§ TASK OBJECTIVE:
Copy every line from the material below that holds "VECTOR".

§ RECORDS TO PROCESS:
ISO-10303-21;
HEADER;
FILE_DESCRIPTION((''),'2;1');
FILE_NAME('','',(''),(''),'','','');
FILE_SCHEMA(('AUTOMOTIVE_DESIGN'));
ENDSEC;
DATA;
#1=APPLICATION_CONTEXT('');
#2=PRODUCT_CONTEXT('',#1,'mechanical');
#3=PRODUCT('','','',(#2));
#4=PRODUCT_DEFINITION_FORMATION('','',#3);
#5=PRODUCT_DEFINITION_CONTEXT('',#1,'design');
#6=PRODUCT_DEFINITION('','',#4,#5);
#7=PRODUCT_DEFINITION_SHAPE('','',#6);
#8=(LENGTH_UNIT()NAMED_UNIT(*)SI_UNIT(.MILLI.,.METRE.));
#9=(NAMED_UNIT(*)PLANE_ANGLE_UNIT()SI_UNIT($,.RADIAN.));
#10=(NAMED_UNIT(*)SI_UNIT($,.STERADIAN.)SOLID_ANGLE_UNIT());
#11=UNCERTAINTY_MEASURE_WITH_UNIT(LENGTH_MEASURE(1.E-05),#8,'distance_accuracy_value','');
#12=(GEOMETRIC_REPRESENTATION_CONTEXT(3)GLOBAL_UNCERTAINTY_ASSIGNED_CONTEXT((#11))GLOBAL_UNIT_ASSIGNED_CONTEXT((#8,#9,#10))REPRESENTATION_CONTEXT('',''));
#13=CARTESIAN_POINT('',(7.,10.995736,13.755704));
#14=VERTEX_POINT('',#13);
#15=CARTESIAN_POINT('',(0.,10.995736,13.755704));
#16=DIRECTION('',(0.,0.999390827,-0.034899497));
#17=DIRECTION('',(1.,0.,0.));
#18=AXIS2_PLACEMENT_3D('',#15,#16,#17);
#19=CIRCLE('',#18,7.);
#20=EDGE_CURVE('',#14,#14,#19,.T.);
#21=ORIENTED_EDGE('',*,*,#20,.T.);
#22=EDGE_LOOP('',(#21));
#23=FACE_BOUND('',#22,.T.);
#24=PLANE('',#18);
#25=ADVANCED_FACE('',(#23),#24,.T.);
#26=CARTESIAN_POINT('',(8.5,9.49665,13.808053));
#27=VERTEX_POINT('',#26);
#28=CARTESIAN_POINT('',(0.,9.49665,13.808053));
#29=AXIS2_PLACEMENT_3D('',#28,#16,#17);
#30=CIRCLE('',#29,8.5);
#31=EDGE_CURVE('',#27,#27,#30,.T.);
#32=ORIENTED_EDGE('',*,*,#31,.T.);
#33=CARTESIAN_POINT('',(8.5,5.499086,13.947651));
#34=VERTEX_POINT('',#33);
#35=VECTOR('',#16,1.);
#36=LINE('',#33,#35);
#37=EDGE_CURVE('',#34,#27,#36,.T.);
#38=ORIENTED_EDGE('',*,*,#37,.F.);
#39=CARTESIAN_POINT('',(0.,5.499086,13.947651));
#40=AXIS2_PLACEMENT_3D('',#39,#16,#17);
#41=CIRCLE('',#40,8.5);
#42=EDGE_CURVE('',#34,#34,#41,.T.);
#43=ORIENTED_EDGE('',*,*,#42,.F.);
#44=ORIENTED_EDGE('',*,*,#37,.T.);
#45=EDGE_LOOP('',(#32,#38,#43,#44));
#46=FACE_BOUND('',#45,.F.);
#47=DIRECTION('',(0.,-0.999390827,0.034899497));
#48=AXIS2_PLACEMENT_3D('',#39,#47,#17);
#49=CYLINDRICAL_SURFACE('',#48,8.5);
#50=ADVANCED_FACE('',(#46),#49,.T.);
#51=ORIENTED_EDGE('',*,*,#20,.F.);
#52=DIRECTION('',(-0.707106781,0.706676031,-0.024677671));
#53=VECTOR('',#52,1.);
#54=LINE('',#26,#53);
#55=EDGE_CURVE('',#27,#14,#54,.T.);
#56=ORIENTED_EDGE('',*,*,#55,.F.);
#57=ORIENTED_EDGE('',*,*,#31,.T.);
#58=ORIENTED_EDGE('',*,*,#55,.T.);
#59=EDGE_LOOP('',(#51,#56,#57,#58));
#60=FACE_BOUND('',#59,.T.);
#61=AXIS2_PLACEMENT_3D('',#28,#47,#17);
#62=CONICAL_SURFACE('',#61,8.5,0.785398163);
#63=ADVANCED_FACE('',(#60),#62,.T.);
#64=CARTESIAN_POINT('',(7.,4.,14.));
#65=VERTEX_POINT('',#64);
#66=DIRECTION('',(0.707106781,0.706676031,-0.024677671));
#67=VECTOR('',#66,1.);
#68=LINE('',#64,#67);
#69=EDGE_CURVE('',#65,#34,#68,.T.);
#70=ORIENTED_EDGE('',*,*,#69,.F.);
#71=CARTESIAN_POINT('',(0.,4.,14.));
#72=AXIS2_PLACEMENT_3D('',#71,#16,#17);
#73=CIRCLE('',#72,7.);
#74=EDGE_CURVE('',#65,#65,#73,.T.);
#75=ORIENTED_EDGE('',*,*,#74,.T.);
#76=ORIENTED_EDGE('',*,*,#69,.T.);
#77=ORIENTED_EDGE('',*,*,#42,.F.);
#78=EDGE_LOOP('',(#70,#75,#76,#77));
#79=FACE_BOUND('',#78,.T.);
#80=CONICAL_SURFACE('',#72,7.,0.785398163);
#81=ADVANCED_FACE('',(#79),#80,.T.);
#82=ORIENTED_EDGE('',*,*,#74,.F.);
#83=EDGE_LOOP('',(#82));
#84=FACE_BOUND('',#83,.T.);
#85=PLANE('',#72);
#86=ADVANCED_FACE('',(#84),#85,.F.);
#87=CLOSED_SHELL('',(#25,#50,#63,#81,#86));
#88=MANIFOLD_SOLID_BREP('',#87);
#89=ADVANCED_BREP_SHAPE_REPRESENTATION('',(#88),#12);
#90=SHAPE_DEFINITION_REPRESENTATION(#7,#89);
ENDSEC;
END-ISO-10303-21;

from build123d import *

# Parameters (mm, degrees)
CYLINDER012_R                = 8.5
CYLINDER012_DEPTH            = 4
FUSION006005_PLACEMENT_ANGLE = 92


with BuildPart() as cone001:
    # Cone001 → Cone001 (revolve)
    with BuildSketch(Plane(origin=(0, 0, 5.5), x_dir=(1, 0, 0), z_dir=(0, -1, 0))):
        Polygon((0, 0), (8.5, 0), (7, 1.5), (0, 1.5), align=None)
    revolve(axis=Axis((0, 0, 5.5), (0, 0, 1)))


with BuildPart() as cylinder009:
    # Cylinder012 → Cylinder012 (new body)
    with BuildSketch(Plane.XY.offset(1.5)):
        Circle(CYLINDER012_R)
    extrude(amount=CYLINDER012_DEPTH)


with BuildPart() as fusion006005:
    # Cone → Cone (revolve)
    with BuildSketch(Plane.XZ):
        Polygon((0, 0), (7, 0), (8.5, 1.5), (0, 1.5), align=None)
    revolve(axis=Axis((0, 0, 0), (0, 0, 1)))

    # Fusion006005: union Cone001, Cylinder009
    add(cone001.part)
    add(cylinder009.part)


with BuildPart() as fusion006005_1:
    # Fusion006005 placement: moved
    add(fusion006005.part.moved(Location((0, 4, 14))).rotate(Axis((0, 4, 14), (-1, 0, 0)), FUSION006005_PLACEMENT_ANGLE))


solid = fusion006005_1.part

§ SOLUTION FOR THIS EXERCISE:
#35=VECTOR('',#16,1.);
#53=VECTOR('',#52,1.);
#67=VECTOR('',#66,1.);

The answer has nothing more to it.